The problem with the rant is that Fried doesn't even mention the word "forced" and barely even implies it. A VC who _allows_ a sale is encouraging more than discouraging. The bulk of Fried's post was noting that it's unfortunate that an innovative upstart with a bright future sold out early to the less innovative old guard. Seems reasonable.

twitter.com/walkercorplaw

Interesting post, David. I just wanted to make a few quick observations from the perspective of a practicing corporate attorney who has no “skin in the game” whatsoever. (The numbers below correspond to your numbers.)

1) Jason Fried did not use the term “forced” in his post. Indeed, I think it is irresponsible of you to use such term in quotes -- thereby implying that Jason used such term. To be sure, Jason merely provided in relevant part that: “I’d bet this sale was encouraged by a Mint investor” -- which seems like a reasonable speculation. Moreover, your vitriolic personal attack on Jason undermines your argument.

2) You are correct that “the ‘growing trend’ in internet deals is towards more and smaller acquisitions”; however, again, Jason did not use the term “growing trend” in his post nor is the thrust of his argument that VCs are “forcing premature acquisitions.” Instead, he’s calling out to entrepreneurs (on an inspirational level) to stay in the game and to realize their vision. Moreover, it is self-evident that VC firms are under extraordinary pressure from certain limited partners to liquefy their investments. Stanford’s recent attempt to unload $1B in illiquid assets is but one example (see http://bit.ly/303wyz).

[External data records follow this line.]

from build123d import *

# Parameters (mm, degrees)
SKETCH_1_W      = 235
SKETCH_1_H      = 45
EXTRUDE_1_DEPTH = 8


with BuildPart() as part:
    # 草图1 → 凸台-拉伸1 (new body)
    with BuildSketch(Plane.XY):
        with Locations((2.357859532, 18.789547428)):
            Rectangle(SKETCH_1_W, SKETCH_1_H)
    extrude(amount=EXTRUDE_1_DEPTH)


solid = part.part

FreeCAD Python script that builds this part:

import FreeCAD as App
import Part
import Sketcher

doc = App.newDocument("Part")
params = doc.addObject("Spreadsheet::Sheet", "Params")
for row, (alias, value) in enumerate([
    ("sketch1_width", "235 mm"),
    ("sketch1_height", "45 mm"),
    ("pad1_length", "8 mm"),
], start=1):
    params.set(f"A{row}", alias)
    params.set(f"B{row}", "=" + value)
    params.setAlias(f"B{row}", alias)

body = doc.addObject("PartDesign::Body", "Body")

# Sketch on XY plane
sketch1 = doc.addObject("Sketcher::SketchObject", "Sketch")
body.addObject(sketch1)
sketch1.AttachmentSupport = (doc.XY_Plane, [""])
sketch1.MapMode = "FlatFace"
sketch1.addGeometry([
    Part.LineSegment(App.Vector(-115, 41, 0), App.Vector(-115, -4, 0)),
    Part.LineSegment(App.Vector(-115, -4, 0), App.Vector(120, -4, 0)),
    Part.LineSegment(App.Vector(120, -4, 0), App.Vector(120, 41, 0)),
    Part.LineSegment(App.Vector(120, 41, 0), App.Vector(-115, 41, 0)),
], False)
sketch1.addConstraint([
    Sketcher.Constraint("Coincident", 0, 2, 1, 1),
    Sketcher.Constraint("Coincident", 1, 2, 2, 1),
    Sketcher.Constraint("Coincident", 2, 2, 3, 1),
    Sketcher.Constraint("Coincident", 3, 2, 0, 1),
    Sketcher.Constraint("Vertical", 0),
    Sketcher.Constraint("Horizontal", 1),
    Sketcher.Constraint("Vertical", 2),
    Sketcher.Constraint("Horizontal", 3),
    Sketcher.Constraint("DistanceX", 1, 1, 1, 2, 235.0),
    Sketcher.Constraint("DistanceY", 0, 2, 0, 1, 45.0),
    Sketcher.Constraint("DistanceX", 0, 2, -1, 1, 115.14214),
    Sketcher.Constraint("DistanceY", 0, 2, -1, 1, 3.710453),
])
sketch1.setExpression("Constraints[8]", "Params.sketch1_width")
sketch1.setExpression("Constraints[9]", "Params.sketch1_height")
pad1 = doc.addObject("PartDesign::Pad", "Pad")
body.addObject(pad1)
pad1.Profile = sketch1
pad1.setExpression("Length", "Params.pad1_length")

doc.recompute()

3) Your advice to first-time entrepreneurs – i.e., “to get a deal done” – is spot on. Indeed, I work with a lot of first-time entrepreneurs, and it is extremely difficult in the current environment for them to raise capital. As you aptly point (and I cannot emphasize this enough), “[o]nce you have a deal under your belt . . . you are bankable.” I don’t think this is necessarily inconsistent with Jason’s post; again, he is speaking on a broader level.